Collected data entries
- - -

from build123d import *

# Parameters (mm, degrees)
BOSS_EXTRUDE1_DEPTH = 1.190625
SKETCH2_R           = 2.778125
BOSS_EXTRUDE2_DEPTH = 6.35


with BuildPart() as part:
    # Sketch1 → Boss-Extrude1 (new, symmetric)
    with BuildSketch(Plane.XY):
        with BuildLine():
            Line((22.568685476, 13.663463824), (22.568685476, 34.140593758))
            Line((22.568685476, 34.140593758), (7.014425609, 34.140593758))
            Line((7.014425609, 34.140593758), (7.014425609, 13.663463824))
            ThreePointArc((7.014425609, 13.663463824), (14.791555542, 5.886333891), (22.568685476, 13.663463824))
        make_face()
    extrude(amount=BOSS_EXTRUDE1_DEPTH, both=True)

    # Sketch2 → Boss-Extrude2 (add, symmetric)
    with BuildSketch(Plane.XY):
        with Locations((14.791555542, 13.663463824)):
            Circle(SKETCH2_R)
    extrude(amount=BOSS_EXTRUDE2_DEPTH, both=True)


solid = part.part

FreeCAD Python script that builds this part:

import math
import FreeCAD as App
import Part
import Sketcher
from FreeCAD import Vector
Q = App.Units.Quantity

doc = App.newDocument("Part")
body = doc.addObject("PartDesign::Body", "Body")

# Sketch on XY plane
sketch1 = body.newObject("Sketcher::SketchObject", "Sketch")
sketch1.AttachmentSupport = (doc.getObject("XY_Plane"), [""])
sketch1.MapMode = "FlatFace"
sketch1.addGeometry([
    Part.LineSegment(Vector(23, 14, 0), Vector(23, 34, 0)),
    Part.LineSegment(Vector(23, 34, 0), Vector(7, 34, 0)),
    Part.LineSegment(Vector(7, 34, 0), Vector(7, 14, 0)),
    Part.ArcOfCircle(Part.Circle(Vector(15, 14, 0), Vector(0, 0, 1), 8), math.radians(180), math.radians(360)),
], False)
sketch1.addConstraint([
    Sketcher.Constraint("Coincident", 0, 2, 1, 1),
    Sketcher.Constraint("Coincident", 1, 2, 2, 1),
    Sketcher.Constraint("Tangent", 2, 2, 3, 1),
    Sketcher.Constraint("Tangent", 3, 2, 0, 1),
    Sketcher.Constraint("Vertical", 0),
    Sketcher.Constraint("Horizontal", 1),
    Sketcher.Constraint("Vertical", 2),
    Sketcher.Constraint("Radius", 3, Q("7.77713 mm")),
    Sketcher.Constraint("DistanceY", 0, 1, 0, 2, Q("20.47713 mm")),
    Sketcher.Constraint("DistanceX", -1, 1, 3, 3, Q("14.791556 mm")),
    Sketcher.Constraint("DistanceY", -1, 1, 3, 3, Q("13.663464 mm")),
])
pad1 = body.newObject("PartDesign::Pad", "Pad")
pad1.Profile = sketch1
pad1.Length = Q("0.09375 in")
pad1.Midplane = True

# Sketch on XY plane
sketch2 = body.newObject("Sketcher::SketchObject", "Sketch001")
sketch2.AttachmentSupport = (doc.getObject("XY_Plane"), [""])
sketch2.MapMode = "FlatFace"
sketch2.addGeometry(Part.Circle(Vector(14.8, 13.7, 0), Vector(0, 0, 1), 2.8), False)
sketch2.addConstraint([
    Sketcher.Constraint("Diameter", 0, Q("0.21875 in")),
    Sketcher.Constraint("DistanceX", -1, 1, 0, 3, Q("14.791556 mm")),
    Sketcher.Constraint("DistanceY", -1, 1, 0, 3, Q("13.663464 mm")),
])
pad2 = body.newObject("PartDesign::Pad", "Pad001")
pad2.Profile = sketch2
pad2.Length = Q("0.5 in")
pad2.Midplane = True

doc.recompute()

- - -

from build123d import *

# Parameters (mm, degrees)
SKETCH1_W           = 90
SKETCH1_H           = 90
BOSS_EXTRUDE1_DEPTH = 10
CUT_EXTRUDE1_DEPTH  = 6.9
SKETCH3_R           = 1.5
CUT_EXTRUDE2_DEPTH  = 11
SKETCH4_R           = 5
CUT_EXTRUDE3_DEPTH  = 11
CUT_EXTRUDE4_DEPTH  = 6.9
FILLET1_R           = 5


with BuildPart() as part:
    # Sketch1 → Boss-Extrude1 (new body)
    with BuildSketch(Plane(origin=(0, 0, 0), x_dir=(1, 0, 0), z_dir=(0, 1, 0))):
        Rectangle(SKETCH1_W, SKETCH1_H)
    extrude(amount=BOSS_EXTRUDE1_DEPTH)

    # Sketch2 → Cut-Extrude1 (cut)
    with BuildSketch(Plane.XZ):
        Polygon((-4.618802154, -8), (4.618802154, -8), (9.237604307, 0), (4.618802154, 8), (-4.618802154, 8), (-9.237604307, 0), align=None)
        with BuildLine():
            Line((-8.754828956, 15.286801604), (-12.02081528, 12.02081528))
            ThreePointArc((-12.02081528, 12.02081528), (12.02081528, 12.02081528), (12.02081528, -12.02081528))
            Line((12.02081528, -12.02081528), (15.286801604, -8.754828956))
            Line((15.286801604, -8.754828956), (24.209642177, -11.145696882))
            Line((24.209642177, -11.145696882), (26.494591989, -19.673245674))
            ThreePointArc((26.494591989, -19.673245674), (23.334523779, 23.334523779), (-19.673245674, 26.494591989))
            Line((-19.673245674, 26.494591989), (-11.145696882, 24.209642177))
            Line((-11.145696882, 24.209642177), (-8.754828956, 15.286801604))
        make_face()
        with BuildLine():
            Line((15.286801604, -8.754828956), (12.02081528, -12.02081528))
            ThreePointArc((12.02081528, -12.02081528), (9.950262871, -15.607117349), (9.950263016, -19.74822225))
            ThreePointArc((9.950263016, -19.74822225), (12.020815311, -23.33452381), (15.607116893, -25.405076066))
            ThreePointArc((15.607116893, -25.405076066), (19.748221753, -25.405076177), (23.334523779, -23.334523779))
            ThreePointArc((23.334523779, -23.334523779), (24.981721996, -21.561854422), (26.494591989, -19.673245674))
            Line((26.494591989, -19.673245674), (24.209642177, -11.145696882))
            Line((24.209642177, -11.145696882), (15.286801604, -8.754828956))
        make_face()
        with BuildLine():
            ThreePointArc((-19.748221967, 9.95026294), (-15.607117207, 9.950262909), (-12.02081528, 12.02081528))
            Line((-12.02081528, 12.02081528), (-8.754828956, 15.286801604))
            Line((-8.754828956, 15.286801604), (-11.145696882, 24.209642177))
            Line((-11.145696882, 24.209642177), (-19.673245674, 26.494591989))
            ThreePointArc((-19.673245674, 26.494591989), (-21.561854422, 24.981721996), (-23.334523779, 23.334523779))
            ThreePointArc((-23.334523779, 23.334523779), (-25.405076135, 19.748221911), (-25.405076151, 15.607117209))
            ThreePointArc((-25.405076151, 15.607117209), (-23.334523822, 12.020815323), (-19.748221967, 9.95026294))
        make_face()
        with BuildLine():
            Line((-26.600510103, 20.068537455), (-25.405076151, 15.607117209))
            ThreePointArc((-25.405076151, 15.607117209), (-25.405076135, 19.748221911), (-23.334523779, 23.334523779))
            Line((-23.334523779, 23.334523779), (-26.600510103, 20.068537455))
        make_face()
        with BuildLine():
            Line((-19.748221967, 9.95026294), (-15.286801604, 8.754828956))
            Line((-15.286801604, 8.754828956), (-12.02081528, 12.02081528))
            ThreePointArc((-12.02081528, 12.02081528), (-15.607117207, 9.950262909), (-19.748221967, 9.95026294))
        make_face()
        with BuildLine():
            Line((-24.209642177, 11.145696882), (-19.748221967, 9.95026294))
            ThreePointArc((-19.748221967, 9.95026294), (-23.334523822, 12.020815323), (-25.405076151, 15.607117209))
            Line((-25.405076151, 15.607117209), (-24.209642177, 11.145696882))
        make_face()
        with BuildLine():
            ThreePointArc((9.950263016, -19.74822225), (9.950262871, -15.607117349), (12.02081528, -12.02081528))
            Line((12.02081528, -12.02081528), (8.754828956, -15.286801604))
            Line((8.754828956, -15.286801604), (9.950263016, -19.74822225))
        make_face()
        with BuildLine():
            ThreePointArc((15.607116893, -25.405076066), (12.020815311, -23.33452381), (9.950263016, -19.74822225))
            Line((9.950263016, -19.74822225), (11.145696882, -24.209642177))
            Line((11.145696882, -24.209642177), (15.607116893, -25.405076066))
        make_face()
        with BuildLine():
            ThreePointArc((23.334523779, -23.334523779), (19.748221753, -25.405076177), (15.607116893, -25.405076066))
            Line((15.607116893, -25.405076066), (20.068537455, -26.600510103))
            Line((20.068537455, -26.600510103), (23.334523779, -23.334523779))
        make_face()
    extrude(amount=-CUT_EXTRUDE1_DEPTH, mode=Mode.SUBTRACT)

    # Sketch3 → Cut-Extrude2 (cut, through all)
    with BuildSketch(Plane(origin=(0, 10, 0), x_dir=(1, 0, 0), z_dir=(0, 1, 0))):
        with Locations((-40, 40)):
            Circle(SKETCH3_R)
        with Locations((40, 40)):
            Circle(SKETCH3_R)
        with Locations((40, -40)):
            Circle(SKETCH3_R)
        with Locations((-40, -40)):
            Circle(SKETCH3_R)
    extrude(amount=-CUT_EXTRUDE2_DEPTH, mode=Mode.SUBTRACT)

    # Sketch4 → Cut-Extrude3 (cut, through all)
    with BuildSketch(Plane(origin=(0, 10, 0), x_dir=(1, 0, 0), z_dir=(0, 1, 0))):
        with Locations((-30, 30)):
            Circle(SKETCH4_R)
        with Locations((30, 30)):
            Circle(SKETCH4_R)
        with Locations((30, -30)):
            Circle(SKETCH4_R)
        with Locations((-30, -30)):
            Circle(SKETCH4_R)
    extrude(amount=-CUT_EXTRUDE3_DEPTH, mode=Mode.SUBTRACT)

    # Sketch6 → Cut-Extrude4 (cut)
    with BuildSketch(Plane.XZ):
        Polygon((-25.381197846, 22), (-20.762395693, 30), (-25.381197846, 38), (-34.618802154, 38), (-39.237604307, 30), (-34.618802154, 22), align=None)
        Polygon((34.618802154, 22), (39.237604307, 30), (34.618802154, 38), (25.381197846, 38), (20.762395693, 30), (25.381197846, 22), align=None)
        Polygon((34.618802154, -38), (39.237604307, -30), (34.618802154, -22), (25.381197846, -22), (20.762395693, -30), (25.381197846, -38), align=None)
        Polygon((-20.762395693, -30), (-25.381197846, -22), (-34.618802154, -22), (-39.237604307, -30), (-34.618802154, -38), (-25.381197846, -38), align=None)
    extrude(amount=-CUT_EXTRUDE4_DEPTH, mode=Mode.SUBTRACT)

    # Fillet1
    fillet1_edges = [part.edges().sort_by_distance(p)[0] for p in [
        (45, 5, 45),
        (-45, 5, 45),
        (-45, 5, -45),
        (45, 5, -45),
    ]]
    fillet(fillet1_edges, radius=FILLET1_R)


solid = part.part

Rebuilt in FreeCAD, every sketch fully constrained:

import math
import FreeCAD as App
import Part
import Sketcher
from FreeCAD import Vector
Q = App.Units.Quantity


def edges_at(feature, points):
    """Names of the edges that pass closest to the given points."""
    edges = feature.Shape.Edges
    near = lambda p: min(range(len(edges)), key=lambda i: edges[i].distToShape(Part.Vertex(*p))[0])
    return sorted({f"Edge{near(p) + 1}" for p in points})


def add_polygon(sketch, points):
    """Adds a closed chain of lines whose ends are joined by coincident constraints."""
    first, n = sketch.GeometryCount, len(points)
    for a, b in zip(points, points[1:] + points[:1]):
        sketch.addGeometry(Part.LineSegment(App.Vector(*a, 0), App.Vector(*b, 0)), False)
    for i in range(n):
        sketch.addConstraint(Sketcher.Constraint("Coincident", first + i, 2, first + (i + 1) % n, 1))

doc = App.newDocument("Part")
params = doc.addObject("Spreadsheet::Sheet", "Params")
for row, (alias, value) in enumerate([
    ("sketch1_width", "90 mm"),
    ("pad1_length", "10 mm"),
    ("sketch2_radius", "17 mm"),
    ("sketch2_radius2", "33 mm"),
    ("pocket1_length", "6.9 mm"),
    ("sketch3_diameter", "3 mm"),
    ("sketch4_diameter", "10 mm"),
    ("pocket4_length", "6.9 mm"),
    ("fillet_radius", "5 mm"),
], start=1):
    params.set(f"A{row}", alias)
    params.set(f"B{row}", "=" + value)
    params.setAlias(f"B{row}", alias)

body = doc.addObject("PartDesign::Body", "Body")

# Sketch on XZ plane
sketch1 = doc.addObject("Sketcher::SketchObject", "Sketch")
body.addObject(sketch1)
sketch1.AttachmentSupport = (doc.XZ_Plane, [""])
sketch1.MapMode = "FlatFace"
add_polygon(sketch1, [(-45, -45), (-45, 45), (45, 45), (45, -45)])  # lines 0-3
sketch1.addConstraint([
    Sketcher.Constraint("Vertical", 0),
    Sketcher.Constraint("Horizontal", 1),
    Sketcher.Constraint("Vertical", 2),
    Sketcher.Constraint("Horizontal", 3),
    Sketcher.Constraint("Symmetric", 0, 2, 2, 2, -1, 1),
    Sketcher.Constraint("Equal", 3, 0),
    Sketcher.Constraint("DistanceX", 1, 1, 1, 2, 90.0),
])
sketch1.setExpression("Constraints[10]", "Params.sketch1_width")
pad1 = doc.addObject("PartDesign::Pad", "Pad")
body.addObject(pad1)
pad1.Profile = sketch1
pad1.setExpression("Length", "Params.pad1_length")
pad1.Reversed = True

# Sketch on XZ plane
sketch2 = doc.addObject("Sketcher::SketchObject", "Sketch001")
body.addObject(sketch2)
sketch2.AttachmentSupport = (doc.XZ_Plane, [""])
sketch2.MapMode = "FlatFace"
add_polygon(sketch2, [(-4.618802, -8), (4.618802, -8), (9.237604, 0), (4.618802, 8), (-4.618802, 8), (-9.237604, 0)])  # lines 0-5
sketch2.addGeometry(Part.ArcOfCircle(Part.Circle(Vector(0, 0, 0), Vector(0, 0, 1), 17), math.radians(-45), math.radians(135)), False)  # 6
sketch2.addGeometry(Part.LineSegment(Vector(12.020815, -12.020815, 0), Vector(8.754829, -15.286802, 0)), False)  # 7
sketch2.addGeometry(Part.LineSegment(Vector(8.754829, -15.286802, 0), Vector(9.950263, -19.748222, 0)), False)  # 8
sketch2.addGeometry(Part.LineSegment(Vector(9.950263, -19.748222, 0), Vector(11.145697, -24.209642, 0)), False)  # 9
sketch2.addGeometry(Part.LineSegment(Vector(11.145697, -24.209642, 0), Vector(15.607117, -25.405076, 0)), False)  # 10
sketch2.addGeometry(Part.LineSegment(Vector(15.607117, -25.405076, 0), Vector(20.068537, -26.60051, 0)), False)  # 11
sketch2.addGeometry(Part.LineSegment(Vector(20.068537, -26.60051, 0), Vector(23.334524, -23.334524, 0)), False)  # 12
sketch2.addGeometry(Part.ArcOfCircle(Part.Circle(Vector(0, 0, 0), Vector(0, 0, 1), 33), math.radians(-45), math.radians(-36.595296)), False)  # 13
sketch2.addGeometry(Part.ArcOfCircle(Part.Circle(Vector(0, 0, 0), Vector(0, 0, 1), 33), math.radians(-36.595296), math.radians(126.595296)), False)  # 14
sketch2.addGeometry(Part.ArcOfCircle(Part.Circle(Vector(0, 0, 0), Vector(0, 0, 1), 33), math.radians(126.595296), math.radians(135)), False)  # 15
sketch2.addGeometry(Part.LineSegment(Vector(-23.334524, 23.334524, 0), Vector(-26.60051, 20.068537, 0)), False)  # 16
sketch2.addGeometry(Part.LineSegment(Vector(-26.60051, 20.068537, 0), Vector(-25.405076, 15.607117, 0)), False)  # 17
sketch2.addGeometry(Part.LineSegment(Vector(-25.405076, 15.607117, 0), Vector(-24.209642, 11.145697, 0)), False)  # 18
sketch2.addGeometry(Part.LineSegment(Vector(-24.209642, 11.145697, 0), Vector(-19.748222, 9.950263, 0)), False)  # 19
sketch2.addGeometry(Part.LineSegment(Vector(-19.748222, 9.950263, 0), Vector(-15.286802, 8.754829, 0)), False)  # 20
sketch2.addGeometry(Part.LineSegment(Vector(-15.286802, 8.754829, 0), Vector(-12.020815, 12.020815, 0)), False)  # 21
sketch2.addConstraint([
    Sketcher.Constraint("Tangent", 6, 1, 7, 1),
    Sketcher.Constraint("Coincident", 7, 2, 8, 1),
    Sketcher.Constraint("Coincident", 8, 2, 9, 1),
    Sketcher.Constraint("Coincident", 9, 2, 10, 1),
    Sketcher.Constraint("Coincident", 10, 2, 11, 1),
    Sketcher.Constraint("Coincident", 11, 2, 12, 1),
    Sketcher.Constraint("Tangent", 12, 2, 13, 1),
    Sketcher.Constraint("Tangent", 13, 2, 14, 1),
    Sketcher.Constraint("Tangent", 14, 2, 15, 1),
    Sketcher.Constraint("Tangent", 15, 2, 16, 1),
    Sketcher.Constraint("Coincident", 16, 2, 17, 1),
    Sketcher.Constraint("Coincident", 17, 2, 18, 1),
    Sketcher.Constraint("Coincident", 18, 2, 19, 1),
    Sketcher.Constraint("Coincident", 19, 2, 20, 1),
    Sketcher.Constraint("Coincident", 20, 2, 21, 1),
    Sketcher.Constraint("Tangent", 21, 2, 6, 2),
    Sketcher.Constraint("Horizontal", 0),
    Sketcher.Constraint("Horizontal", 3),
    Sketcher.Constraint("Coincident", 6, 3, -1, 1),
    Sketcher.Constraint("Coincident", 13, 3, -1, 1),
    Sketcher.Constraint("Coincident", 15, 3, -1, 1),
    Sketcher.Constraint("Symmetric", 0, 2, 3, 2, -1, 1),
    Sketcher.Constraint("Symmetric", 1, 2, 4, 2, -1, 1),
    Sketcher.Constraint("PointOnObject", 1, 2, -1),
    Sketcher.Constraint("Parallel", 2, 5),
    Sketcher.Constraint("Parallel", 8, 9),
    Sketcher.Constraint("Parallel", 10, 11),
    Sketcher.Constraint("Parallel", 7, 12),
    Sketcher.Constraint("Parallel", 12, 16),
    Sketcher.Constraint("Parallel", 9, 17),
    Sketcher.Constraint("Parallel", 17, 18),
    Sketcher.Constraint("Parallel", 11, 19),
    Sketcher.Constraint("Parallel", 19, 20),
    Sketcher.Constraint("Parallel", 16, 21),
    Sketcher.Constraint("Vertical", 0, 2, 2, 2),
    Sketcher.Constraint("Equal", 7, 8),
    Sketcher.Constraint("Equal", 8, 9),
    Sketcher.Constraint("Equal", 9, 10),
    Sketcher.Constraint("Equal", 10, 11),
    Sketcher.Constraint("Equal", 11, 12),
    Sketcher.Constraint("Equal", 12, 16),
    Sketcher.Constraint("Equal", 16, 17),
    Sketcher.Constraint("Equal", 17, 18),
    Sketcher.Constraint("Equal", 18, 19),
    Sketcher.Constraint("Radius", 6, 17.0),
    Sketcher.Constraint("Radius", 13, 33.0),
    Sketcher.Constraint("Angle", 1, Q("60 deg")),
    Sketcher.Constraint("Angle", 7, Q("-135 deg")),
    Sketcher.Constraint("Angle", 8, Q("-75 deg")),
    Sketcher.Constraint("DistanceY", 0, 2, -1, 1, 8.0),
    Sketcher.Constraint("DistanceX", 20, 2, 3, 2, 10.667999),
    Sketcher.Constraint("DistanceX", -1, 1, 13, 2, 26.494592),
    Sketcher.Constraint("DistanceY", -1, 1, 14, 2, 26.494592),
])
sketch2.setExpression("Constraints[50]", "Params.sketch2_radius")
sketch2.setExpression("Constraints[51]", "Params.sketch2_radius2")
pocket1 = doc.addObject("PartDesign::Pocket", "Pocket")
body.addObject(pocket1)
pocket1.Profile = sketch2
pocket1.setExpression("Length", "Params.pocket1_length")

- - -

Prompt:
Count the lines in the records that include the word "amount". Report the total alone.

Written solution:
7